Yes, he is absolutely reputable and extremely knowledgeable. A top handler and trainer. Let him know exactly what you want and what your plans are. 

Best of luck with your new pup.


----------



## therealzeus (Feb 6, 2016)

Thanks everyone for the replies! We are happy to say we got our first GSD today.


----------



## Slamdunc (Dec 6, 2007)

Congratulations! You did well getting a dog from Mike, best of luck.


----------



## onyx'girl (May 18, 2007)

So you started a thread this morning, and picked up your puppy today? Not much time to bail if the reviews weren't positive(through PM). I know you wouldn't go wrong in getting a pup from this trainer/breeder...but wonder if you'd even see them due to the time frame?


----------



## therealzeus (Feb 6, 2016)

I did do research and saw past postings of what people said about Mike.


----------



## onyx'girl (May 18, 2007)

Congrats! Hope you'll share some photos. Did you get a male or female?


----------



## Nigel (Jul 10, 2012)

The problem with relying on old posts as some kind of indicator is that threads containing anything other than "positive" mention are heavily edited. You won't find anything objective unless you happen across a thread before the mods do, just FYI


----------



## therealzeus (Feb 6, 2016)

Ah did not realize that. Thanks for the heads up! Think we did well though. Will be sure to upload pictures soon


----------



## carmspack (Feb 2, 2011)

two thumbs up for Mike Diehl .


----------



## lhczth (Apr 5, 2000)

Did you pick up your pup at the club yesterday? Black puppy?


----------



## Slamdunc (Dec 6, 2007)

therealzeus said:


> Ah did not realize that. Thanks for the heads up! Think we did well though. Will be sure to upload pictures soon


I'm sure you did well. Best of luck


----------



## therealzeus (Feb 6, 2016)

lhczth said:


> Did you pick up your pup at the club yesterday? Black puppy?


Yeah, my wife and I picked him up yesterday at the club. We were amazed at some of the Shepherds there.


----------



## RZZNSTR (Jan 24, 2015)

Congrats and post some pics!


----------



## Shade (Feb 20, 2012)

Post lots of photos  Mike bred my boy's great grandfather and I've heard nothing but praise for him and I love following his litters to see what's going on with them


----------



## wildo (Jul 27, 2006)

therealzeus said:


> Yeah, my wife and I picked him up yesterday at the club. We were amazed at some of the Shepherds there.

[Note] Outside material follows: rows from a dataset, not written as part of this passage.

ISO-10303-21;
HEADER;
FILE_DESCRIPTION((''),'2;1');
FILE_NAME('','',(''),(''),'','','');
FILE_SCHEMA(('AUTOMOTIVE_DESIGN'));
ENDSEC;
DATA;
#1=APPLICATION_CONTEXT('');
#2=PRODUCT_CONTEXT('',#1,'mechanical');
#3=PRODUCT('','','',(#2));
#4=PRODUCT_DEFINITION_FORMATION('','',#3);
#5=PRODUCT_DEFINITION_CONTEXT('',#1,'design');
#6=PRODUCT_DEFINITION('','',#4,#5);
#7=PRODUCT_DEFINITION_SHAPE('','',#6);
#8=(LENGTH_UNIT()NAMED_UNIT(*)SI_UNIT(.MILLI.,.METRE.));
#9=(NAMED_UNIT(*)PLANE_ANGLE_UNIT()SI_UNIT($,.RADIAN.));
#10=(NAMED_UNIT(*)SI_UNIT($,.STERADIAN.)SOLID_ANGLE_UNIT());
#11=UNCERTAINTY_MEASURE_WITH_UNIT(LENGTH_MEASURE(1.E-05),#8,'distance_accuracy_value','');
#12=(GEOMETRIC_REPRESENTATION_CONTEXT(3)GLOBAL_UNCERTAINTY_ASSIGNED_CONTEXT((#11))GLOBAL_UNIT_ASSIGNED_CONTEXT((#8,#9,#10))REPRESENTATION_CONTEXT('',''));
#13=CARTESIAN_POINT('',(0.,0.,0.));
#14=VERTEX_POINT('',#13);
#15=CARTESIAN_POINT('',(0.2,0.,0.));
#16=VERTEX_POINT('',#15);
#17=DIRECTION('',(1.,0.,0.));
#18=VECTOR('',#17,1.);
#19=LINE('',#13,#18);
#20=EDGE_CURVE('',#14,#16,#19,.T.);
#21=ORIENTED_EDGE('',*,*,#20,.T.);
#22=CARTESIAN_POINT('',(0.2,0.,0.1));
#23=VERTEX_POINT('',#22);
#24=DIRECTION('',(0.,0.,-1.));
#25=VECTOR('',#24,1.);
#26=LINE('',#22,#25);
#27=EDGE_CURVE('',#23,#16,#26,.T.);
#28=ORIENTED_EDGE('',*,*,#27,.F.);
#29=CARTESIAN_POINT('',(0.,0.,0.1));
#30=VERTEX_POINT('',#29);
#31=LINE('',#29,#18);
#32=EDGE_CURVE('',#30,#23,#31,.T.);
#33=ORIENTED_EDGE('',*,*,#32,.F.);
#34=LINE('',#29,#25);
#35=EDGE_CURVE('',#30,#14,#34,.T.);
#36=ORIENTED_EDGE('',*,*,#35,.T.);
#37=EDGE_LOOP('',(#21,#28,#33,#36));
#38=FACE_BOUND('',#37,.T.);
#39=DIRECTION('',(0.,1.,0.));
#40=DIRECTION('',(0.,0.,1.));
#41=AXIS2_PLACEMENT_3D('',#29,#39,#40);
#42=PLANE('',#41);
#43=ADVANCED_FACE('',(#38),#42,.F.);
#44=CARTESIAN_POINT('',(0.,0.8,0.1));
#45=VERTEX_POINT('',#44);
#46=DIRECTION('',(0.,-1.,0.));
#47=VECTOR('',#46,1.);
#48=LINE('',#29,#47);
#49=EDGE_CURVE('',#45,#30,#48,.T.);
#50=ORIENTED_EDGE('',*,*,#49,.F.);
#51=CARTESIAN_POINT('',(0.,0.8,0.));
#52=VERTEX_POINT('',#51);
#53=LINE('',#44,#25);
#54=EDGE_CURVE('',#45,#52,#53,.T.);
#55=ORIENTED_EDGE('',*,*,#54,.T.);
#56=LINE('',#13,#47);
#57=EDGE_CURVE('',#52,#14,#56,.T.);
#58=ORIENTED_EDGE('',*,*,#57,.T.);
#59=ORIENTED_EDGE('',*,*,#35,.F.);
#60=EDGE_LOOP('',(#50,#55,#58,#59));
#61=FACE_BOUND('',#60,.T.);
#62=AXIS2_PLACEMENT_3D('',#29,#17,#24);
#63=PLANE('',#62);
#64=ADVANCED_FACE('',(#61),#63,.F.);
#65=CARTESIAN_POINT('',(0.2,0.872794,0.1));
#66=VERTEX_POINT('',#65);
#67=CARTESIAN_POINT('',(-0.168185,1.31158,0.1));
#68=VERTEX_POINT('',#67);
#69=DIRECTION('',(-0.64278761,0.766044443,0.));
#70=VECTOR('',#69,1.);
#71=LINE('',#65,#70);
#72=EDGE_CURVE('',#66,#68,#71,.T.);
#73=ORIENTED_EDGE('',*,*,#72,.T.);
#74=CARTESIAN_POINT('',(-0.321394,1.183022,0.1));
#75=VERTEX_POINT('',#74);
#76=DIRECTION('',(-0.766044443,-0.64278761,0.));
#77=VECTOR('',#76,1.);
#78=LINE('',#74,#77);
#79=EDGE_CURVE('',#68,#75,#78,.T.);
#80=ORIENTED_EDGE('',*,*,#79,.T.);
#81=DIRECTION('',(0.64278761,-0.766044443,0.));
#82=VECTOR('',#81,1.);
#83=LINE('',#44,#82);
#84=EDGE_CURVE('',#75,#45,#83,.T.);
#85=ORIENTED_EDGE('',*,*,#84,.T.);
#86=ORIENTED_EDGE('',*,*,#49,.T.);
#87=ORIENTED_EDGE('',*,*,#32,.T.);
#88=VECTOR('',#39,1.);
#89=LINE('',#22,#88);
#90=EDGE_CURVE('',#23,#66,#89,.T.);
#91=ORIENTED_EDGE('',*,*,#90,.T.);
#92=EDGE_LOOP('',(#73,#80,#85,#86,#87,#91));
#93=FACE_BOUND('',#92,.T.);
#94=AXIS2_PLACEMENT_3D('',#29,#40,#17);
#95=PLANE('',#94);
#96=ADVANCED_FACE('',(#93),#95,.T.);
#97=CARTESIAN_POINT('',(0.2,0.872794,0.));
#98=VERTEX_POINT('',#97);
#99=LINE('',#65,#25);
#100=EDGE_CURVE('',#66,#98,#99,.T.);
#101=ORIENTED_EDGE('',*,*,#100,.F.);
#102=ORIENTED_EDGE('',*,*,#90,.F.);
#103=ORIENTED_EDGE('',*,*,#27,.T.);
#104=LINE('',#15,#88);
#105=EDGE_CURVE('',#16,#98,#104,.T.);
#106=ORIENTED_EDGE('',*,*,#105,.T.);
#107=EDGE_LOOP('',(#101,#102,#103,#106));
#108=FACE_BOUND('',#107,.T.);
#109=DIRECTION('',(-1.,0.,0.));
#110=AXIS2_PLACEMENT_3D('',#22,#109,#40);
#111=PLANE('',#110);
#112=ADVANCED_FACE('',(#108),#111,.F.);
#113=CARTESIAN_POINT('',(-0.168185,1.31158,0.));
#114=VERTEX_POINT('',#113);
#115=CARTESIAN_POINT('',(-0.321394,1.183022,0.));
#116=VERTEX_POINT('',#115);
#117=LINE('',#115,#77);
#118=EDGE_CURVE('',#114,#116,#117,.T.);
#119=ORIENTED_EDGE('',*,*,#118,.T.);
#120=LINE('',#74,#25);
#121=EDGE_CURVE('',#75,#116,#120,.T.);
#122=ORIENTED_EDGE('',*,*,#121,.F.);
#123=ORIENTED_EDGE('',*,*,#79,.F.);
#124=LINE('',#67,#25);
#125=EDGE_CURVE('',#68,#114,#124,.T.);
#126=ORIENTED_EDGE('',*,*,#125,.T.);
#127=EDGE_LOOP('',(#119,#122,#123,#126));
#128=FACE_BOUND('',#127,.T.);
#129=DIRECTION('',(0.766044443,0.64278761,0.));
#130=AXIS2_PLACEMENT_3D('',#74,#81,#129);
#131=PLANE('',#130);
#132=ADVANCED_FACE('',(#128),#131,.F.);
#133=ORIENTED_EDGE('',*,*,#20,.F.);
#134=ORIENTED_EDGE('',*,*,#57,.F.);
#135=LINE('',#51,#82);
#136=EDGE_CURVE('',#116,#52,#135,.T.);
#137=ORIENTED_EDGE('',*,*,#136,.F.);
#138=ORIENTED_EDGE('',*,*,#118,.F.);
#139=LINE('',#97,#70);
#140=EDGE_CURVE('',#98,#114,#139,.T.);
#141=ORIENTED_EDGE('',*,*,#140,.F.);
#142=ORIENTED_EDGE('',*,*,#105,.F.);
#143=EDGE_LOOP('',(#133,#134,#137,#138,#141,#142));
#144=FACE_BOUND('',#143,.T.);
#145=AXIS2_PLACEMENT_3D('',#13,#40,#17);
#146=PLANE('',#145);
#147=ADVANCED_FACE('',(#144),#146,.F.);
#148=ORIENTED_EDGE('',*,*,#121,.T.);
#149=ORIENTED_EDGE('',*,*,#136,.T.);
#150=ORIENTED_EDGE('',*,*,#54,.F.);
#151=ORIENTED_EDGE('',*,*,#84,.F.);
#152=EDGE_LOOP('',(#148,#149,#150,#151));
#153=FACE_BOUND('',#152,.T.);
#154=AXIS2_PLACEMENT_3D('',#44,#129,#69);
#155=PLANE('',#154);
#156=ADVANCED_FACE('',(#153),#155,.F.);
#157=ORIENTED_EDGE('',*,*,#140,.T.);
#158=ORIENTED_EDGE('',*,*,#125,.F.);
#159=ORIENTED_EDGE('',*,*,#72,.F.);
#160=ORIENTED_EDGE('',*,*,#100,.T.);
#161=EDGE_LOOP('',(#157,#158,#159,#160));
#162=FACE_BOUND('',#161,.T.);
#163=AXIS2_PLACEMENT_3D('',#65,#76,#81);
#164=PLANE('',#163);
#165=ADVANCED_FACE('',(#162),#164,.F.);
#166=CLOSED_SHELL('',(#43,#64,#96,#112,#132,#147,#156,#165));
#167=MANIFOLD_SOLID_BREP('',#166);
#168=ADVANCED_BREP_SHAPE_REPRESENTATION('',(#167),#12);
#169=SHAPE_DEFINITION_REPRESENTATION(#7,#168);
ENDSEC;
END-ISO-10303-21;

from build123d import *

# Parameters (mm, degrees)
EXTRUDE_1_DEPTH = 0.1


with BuildPart() as part:
    # 草圖1 → 填料-伸長1 (new body)
    with BuildSketch(Plane.XY):
        Polygon((0, 0), (0, 0.8), (-0.321393805, 1.183022222), (-0.168184916, 1.311579743), (0.2, 0.872794047), (0.2, 0), align=None)
    extrude(amount=EXTRUDE_1_DEPTH)


solid = part.part
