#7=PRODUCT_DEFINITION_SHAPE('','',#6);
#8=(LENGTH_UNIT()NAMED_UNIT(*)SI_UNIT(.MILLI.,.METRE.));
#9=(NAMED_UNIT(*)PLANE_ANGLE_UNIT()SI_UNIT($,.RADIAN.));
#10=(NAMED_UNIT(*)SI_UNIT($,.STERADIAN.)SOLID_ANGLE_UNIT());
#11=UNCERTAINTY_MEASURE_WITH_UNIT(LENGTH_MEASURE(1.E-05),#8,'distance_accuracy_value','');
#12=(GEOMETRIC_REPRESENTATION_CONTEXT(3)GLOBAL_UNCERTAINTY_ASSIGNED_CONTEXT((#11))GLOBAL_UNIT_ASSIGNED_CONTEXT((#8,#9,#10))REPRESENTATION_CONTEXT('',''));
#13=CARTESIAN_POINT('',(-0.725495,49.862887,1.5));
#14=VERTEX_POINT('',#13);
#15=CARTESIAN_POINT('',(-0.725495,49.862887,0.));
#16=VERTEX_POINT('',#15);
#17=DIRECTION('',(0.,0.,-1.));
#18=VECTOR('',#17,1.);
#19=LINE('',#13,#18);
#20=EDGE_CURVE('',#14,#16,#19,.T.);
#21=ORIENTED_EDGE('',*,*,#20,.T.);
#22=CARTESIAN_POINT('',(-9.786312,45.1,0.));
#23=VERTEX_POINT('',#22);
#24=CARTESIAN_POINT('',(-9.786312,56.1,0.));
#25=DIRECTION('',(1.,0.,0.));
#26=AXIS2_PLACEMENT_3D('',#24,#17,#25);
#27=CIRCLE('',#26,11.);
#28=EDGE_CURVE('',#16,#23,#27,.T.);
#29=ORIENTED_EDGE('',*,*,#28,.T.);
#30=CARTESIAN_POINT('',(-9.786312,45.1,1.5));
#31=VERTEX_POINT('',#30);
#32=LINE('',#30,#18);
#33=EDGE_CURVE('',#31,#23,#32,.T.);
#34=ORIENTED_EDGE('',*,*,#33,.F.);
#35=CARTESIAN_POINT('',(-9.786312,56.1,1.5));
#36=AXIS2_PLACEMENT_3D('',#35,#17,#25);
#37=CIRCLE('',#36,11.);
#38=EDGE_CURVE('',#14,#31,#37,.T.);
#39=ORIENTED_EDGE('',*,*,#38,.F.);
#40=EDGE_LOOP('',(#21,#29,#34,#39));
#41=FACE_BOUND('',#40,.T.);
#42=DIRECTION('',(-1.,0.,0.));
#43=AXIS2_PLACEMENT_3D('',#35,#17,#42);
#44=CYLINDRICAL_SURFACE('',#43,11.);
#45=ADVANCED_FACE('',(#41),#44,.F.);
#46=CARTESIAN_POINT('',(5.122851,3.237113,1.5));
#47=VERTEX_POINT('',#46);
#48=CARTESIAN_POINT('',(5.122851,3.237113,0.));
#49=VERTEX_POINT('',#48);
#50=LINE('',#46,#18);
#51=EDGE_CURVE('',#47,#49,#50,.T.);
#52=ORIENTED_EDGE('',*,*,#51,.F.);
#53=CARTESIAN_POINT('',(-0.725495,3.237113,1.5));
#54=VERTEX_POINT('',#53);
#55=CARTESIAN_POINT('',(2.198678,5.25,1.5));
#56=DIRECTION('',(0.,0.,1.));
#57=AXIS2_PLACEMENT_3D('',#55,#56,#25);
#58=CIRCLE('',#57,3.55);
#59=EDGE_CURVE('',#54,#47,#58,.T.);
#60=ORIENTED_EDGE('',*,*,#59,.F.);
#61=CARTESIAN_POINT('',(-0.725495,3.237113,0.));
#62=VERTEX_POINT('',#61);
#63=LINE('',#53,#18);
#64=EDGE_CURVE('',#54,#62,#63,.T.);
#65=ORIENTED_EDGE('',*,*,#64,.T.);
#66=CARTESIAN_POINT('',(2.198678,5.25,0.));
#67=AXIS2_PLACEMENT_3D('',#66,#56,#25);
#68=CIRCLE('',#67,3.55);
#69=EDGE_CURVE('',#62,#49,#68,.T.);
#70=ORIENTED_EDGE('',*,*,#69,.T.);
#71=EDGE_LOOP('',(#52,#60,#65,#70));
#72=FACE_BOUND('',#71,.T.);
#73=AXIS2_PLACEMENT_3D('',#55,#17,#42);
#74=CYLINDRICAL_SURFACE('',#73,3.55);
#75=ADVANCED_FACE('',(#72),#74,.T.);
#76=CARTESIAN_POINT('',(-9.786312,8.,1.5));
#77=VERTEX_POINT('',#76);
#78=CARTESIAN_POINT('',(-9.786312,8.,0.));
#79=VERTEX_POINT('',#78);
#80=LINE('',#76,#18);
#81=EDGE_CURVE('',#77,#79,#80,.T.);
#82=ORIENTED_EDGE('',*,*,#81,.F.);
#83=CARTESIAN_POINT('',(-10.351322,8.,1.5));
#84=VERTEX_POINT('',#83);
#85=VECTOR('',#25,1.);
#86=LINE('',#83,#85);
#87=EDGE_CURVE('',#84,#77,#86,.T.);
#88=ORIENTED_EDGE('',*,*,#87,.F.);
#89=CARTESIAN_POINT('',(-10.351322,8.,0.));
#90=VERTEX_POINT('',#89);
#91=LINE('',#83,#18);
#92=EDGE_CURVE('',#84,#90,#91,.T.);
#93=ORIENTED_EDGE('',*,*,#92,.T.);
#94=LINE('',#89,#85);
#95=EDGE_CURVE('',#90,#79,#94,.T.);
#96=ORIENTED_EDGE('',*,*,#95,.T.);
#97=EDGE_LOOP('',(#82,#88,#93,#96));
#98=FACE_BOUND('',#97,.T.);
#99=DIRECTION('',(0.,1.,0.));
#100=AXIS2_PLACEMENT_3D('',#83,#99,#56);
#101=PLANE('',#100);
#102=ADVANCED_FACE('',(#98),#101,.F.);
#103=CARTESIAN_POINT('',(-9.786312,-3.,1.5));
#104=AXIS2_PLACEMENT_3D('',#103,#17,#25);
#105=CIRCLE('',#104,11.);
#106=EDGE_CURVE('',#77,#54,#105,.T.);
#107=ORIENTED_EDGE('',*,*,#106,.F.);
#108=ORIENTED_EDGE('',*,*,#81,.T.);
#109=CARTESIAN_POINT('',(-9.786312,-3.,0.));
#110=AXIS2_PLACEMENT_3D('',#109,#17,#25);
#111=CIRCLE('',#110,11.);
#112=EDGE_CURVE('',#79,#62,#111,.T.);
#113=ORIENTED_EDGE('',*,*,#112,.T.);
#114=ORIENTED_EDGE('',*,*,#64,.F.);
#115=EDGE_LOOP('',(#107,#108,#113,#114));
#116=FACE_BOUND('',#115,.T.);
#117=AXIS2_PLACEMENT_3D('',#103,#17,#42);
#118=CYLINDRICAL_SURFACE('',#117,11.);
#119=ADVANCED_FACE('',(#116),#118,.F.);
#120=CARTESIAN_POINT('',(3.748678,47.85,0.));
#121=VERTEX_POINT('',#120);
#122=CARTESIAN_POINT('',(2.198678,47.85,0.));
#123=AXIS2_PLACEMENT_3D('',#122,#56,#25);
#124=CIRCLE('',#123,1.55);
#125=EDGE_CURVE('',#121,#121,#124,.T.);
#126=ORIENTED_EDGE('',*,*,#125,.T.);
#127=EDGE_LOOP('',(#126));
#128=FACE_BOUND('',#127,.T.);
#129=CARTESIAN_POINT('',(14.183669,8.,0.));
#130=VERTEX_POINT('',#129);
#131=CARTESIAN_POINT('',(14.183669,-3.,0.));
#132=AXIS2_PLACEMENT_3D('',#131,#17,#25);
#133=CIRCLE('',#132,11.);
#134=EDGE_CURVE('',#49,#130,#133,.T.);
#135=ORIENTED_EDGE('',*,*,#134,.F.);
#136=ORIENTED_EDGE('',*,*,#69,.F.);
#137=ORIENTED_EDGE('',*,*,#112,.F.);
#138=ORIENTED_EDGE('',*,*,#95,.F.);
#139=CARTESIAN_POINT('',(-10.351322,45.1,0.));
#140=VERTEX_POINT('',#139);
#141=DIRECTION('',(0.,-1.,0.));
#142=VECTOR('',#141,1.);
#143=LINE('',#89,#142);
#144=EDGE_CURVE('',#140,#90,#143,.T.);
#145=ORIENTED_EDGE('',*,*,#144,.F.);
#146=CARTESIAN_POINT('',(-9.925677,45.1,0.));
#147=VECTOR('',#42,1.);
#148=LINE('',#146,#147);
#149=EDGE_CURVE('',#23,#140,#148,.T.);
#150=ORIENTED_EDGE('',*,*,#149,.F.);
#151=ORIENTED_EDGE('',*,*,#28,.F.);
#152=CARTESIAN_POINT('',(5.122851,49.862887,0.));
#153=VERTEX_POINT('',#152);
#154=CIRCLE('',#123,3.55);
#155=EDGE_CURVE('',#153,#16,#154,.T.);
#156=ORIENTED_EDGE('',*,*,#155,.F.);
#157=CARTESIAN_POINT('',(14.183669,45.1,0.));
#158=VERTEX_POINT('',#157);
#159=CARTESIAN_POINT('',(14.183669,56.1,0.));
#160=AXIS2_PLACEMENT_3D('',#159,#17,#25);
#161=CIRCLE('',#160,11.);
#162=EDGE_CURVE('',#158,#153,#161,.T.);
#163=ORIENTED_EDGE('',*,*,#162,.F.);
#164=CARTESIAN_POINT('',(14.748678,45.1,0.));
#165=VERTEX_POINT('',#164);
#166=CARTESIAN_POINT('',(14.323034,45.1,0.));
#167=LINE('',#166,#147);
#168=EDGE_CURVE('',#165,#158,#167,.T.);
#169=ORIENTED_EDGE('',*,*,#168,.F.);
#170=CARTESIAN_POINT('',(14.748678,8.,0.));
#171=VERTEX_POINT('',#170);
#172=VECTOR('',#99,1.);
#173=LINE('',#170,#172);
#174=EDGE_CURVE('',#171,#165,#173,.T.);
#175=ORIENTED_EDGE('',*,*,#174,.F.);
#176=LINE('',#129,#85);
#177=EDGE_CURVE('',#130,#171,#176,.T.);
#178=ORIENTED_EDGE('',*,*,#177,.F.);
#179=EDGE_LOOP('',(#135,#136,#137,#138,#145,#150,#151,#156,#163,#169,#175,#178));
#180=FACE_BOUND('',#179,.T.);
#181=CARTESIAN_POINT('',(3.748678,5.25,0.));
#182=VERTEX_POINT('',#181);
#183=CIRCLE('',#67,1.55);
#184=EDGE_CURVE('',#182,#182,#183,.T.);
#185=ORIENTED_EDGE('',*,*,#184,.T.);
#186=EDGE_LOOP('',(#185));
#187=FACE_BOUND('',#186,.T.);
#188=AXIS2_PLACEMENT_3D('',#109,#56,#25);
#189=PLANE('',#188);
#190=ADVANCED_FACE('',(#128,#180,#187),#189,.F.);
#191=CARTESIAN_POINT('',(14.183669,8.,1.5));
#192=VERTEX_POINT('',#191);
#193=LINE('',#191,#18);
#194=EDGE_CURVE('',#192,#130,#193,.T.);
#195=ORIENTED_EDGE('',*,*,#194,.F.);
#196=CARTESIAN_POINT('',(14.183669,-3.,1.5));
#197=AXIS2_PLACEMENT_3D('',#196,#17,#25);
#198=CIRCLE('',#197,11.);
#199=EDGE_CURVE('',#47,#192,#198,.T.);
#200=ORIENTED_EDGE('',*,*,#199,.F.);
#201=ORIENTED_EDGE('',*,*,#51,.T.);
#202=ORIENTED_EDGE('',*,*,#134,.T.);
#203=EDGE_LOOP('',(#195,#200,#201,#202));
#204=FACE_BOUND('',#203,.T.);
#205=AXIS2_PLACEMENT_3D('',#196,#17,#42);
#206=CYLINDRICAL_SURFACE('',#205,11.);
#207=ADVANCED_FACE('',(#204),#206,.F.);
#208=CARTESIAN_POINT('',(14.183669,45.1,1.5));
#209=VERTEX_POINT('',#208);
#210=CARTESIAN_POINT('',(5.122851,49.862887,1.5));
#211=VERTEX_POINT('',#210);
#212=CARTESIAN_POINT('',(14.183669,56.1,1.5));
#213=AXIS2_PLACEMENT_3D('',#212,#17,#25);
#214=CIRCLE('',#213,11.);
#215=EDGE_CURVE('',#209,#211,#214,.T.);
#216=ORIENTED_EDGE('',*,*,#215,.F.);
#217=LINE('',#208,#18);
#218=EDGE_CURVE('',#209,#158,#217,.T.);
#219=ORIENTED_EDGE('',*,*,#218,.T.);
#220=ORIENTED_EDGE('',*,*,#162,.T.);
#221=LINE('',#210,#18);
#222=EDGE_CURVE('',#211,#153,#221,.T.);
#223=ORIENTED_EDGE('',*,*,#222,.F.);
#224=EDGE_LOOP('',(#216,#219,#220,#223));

That club has amazing dogs indeed! A sight to see...


----------



## lhczth (Apr 5, 2000)

therealzeus said:


> Yeah, my wife and I picked him up yesterday at the club. We were amazed at some of the Shepherds there.


I wondered. I saw a couple there picking up a black pup. I was walking one of my pups out to do obedience when you were heading towards your vehicle. 

Have fun with the pup.


----------



## therealzeus (Feb 6, 2016)

Here are a view photos I took during my lunch break while my wife was playing with him. Meet Kylo!

GSD1 by hugedome13, on Flickr
[email protected] by hugedome13, on Flickr
GSD3 by hugedome13, on Flickr


----------



## MyHans-someBoy (Feb 23, 2013)

He's adorable!!!
Looks like he's more than a little spoiled already, but that's ok.


----------



## therealzeus (Feb 6, 2016)

MyHans-someBoy said:


> He's adorable!!!
> Looks like he's more than a little spoiled already, but that's ok.


Yeah, he is. We were working on sharing (new and old toys) with our shepherd/pointer mix rescue, which is why all of the toys are thrown out everywhere.


----------



## onyx'girl (May 18, 2007)

Do you have plans on doing sport with this puppy?


----------



## therealzeus (Feb 6, 2016)

That's the plan. Though I have never done anything with any of my other dogs I have had in the past so it'll be a learning experiment for both of us.


----------



## lhczth (Apr 5, 2000)

Look forward to meeting you. 

Very cute pictures. Yes, spoiled already.


----------